She's straightening it, but she's getting picked on by boys and girls. One even throws trash at the back of her hair in class.
(I don't want to think what the teacher is doing)

I suggested a bun, but she cannot pull on the section at all and it is basically the topknot, slid back a touch.
The section looks to be six inches shorter than the rest.
Maybe layers overall, but after that, I'm lost.

I've made up some deep moisture treatments for her. She just needs camoflauge!:p

ideas?

melikai
September 23rd, 2008, 04:47 PM
Sorry, this won't be very useful, but she's being picked on because she lost a chunk of hair?! That's just incredible to me.

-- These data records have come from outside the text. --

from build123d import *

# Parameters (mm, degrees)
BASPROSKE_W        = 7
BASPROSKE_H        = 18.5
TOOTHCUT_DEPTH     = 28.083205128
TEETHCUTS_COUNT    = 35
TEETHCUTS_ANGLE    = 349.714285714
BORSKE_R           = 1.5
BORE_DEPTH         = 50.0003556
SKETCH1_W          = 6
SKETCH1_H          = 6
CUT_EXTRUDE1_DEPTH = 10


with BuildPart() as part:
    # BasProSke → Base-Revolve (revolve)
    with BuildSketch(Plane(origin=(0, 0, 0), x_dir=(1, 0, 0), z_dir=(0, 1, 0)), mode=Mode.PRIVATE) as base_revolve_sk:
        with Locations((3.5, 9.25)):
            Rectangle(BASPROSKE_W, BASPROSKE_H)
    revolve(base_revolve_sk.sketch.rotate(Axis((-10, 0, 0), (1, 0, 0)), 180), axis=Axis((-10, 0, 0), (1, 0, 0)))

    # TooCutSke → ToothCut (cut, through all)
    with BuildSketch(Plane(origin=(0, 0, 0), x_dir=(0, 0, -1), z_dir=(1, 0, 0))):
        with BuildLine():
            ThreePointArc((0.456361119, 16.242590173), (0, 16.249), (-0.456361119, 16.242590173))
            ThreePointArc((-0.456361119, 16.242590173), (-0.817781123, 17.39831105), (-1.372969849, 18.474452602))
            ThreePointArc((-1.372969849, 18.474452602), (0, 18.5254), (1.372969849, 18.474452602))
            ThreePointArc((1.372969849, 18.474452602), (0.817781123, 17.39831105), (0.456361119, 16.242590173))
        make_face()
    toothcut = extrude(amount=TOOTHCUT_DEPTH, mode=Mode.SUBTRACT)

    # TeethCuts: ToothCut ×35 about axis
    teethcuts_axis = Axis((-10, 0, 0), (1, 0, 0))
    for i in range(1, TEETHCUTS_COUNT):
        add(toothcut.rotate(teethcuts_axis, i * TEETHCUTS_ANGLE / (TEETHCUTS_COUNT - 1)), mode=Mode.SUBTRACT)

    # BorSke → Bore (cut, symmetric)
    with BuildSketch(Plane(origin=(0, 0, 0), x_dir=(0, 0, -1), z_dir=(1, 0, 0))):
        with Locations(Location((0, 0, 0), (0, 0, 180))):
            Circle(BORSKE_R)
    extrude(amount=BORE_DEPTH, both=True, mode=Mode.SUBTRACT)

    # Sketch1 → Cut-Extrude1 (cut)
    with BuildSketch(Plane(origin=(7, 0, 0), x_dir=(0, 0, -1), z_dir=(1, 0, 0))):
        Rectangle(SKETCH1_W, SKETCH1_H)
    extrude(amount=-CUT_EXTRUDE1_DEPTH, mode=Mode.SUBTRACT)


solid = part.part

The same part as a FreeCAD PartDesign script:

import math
import FreeCAD as App
import Part
import Sketcher

doc = App.newDocument("Part")
body = doc.addObject("PartDesign::Body", "Body")

sketch1 = doc.addObject("Sketcher::SketchObject", "Sketch")
body.addObject(sketch1)
sketch1.AttachmentSupport = (doc.XZ_Plane, [""])
sketch1.MapMode = "FlatFace"
sketch1.addGeometry([
    Part.LineSegment(App.Vector(0, -18, 0), App.Vector(0, 0, 0)),
    Part.LineSegment(App.Vector(0, 0, 0), App.Vector(7, 0, 0)),
    Part.LineSegment(App.Vector(7, 0, 0), App.Vector(7, -18, 0)),
    Part.LineSegment(App.Vector(7, -18, 0), App.Vector(0, -18, 0)),
], False)
sketch1.addConstraint([
    Sketcher.Constraint("Coincident", 0, 2, 1, 1),
    Sketcher.Constraint("Coincident", 1, 2, 2, 1),
    Sketcher.Constraint("Coincident", 2, 2, 3, 1),
    Sketcher.Constraint("Coincident", 3, 2, 0, 1),
    Sketcher.Constraint("Vertical", 0),
    Sketcher.Constraint("Horizontal", 1),
    Sketcher.Constraint("Vertical", 2),
    Sketcher.Constraint("Horizontal", 3),
    Sketcher.Constraint("Coincident", 0, 2, -1, 1),
    Sketcher.Constraint("DistanceX", 1, 1, 1, 2, 7.0),
    Sketcher.Constraint("DistanceY", 0, 1, 0, 2, 18.5),
])
revolution = doc.addObject("PartDesign::Revolution", "Revolution")
body.addObject(revolution)
revolution.Profile = sketch1
revolution.ReferenceAxis = (sketch1, ["H_Axis"])
revolution.Angle = 360

sketch2 = doc.addObject("Sketcher::SketchObject", "Sketch001")
body.addObject(sketch2)
sketch2.AttachmentSupport = (doc.YZ_Plane, [""])
sketch2.MapMode = "FlatFace"
sketch2.addGeometry([
    Part.ArcOfCircle(Part.Circle(App.Vector(0, 0, 0), App.Vector(0, 0, 1), 16.2), math.radians(-1.61), math.radians(1.61)),
    Part.ArcOfCircle(Part.Circle(App.Vector(14.7, -7.3, 0), App.Vector(0, 0, 1), 7), math.radians(57.75), math.radians(77.6)),
    Part.ArcOfCircle(Part.Circle(App.Vector(0, 0, 0), App.Vector(0, 0, 1), 18.5), math.radians(-4.25), math.radians(4.25)),
    Part.ArcOfCircle(Part.Circle(App.Vector(14.7, 7.3, 0), App.Vector(0, 0, 1), 7), math.radians(-77.6), math.radians(-57.75)),
], False)
sketch2.addConstraint([
    Sketcher.Constraint("Coincident", 0, 1, 1, 2),
    Sketcher.Constraint("Coincident", 1, 1, 2, 1),
    Sketcher.Constraint("Coincident", 2, 2, 3, 2),
    Sketcher.Constraint("Coincident", 3, 1, 0, 2),
    Sketcher.Constraint("Coincident", 0, 3, -1, 1),
    Sketcher.Constraint("Coincident", 2, 3, -1, 1),
    Sketcher.Constraint("Equal", 1, 3),
    Sketcher.Constraint("Symmetric", 1, 3, 3, 3, -1),
    Sketcher.Constraint("Radius", 1, 7.0),
    Sketcher.Constraint("Radius", 0, 16.249),
    Sketcher.Constraint("Radius", 2, 18.5254),
    Sketcher.Constraint("DistanceY", 1, 3, 1, 1, 5.92),
    Sketcher.Constraint("DistanceX", -1, 1, 1, 3, 14.739001),
])
pocket1 = doc.addObject("PartDesign::Pocket", "Pocket")
body.addObject(pocket1)
pocket1.Profile = sketch2
pocket1.Type = "ThroughAll"
pocket1.Reversed = True
doc.recompute()

polarpattern = doc.addObject("PartDesign::PolarPattern", "PolarPattern")
body.addObject(polarpattern)
polarpattern.Originals = [pocket1]
polarpattern.Axis = (doc.X_Axis, [""])
polarpattern.Angle = 360
polarpattern.Occurrences = 35
body.Tip = polarpattern

sketch3 = doc.addObject("Sketcher::SketchObject", "Sketch002")
body.addObject(sketch3)
sketch3.AttachmentSupport = (doc.YZ_Plane, [""])
sketch3.MapMode = "FlatFace"
sketch3.addGeometry(Part.Circle(App.Vector(0, 0, 0), App.Vector(0, 0, 1), 1.5), False)
sketch3.addConstraint([
    Sketcher.Constraint("Coincident", 0, 3, -1, 1),
    Sketcher.Constraint("Diameter", 0, 3.0),
])
pocket2 = doc.addObject("PartDesign::Pocket", "Pocket001")
body.addObject(pocket2)
pocket2.Profile = sketch3
pocket2.Length = 100.000711
pocket2.Midplane = True

sketch4 = doc.addObject("Sketcher::SketchObject", "Sketch003")
body.addObject(sketch4)
sketch4.AttachmentSupport = (doc.YZ_Plane, [""])
sketch4.MapMode = "FlatFace"
sketch4.AttachmentOffset = App.Placement(App.Vector(0, 0, 7), App.Rotation())
sketch4.addGeometry([
    Part.LineSegment(App.Vector(3, 3, 0), App.Vector(-3, 3, 0)),
    Part.LineSegment(App.Vector(-3, 3, 0), App.Vector(-3, -3, 0)),
    Part.LineSegment(App.Vector(-3, -3, 0), App.Vector(3, -3, 0)),
    Part.LineSegment(App.Vector(3, -3, 0), App.Vector(3, 3, 0)),
], False)
sketch4.addConstraint([
    Sketcher.Constraint("Coincident", 0, 2, 1, 1),
    Sketcher.Constraint("Coincident", 1, 2, 2, 1),
    Sketcher.Constraint("Coincident", 2, 2, 3, 1),
    Sketcher.Constraint("Coincident", 3, 2, 0, 1),
    Sketcher.Constraint("Horizontal", 0),
    Sketcher.Constraint("Vertical", 1),
    Sketcher.Constraint("Horizontal", 2),
    Sketcher.Constraint("Vertical", 3),
    Sketcher.Constraint("Symmetric", 0, 2, 2, 2, -1, 1),
    Sketcher.Constraint("Equal", 2, 1),
    Sketcher.Constraint("DistanceX", 0, 2, 0, 1, 6.0),
])
pocket3 = doc.addObject("PartDesign::Pocket", "Pocket002")
body.addObject(pocket3)
pocket3.Profile = sketch4
pocket3.Length = 10

doc.recompute()
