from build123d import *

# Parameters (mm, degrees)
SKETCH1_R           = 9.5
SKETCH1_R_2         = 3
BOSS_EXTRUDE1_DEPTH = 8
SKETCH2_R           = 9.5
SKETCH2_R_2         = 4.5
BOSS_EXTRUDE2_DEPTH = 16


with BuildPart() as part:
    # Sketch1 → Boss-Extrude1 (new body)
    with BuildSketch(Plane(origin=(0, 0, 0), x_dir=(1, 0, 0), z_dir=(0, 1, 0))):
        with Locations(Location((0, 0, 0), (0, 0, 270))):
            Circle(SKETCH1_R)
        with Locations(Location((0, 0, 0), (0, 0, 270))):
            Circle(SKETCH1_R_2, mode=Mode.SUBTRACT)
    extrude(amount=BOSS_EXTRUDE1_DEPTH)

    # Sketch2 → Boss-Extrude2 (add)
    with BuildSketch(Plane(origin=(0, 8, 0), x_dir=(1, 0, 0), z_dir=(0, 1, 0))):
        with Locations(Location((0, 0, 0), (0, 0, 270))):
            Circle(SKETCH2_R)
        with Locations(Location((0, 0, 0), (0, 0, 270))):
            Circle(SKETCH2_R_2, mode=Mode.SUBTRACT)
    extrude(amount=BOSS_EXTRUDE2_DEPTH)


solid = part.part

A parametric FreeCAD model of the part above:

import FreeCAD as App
import Part
import Sketcher
Q = App.Units.Quantity

doc = App.newDocument("Part")
body = doc.addObject("PartDesign::Body", "Body")

# Sketch on XZ plane
sketch1 = body.newObject("Sketcher::SketchObject", "Sketch")
sketch1.AttachmentSupport = (doc.getObject("XZ_Plane"), [""])
sketch1.MapMode = "FlatFace"
sketch1.addGeometry([
    Part.Circle(App.Vector(0, 0, 0), App.Vector(0, 0, 1), 9.5),
    Part.Circle(App.Vector(0, 0, 0), App.Vector(0, 0, 1), 3),
], False)
sketch1.addConstraint([
    Sketcher.Constraint("Coincident", 0, 3, -1, 1),
    Sketcher.Constraint("Coincident", 1, 3, -1, 1),
    Sketcher.Constraint("Diameter", 0, Q("19 mm")),
    Sketcher.Constraint("Diameter", 1, Q("6 mm")),
])
pad1 = body.newObject("PartDesign::Pad", "Pad")
pad1.Profile = sketch1
pad1.Length = 8
pad1.Reversed = True

# Sketch on XZ plane
sketch2 = body.newObject("Sketcher::SketchObject", "Sketch001")
sketch2.AttachmentSupport = (doc.getObject("XZ_Plane"), [""])
sketch2.MapMode = "FlatFace"
sketch2.AttachmentOffset = App.Placement(App.Vector(0, 0, -8), App.Rotation())
sketch2.addGeometry([
    Part.Circle(App.Vector(0, 0, 0), App.Vector(0, 0, 1), 9.5),
    Part.Circle(App.Vector(0, 0, 0), App.Vector(0, 0, 1), 4.5),
], False)
sketch2.addConstraint([
    Sketcher.Constraint("Coincident", 0, 3, -1, 1),
    Sketcher.Constraint("Coincident", 1, 3, -1, 1),
    Sketcher.Constraint("Diameter", 0, Q("19 mm")),
    Sketcher.Constraint("Diameter", 1, Q("9 mm")),
])
pad2 = body.newObject("PartDesign::Pad", "Pad001")
pad2.Profile = sketch2
pad2.Length = 16
pad2.Reversed = True

doc.recompute()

In an attempt to make this somewhat helpful, could she change her part so that it covers the area?

ladyshannonanne
September 23rd, 2008, 04:52 PM
Do you think there might be underlying issues causing the taunting from the other kids. It just doesn't seem like that big of a deal if there wasn't something going on before. Teenagers can be really cruel to one another, and I wouldn't be surprised if there was some previous issue coming out because her hair looks a little different.

Hope that helps!

Tristessa
September 23rd, 2008, 05:11 PM
This really touched my heart because my senior year of high school, I lost a large chunk of hair above my hairline because of extreme stress. I had a big bald spot. I camouflaged it by changing my hairpart.

While my hair grew back in the same, I empathize with her and my suggestion would be for her maybe to straighten that section of hair in the morning, if she feels okay about using a flat iron. If there are half-ups she can do which would incorporate the hair, that might work too. Can she french braid?

People can be so cruel and I'm sad your young friend has not just stress in her life but also rude people to deal with. I am glad she has a friend like you to help her get through this!

ETA: I'm so sorry, I just reread and saw that she is straightening it. I have a sad feeling that no matter what she does, those kids will still be mean. Maybe the best thing is the reminder that she's just a year away from freedom from those cruel people.

Tabitha
September 23rd, 2008, 05:21 PM
I'm sorry to hear this. I'm free from school but I kind of know how she feels as I currently have a little bald patch at the front of my hair.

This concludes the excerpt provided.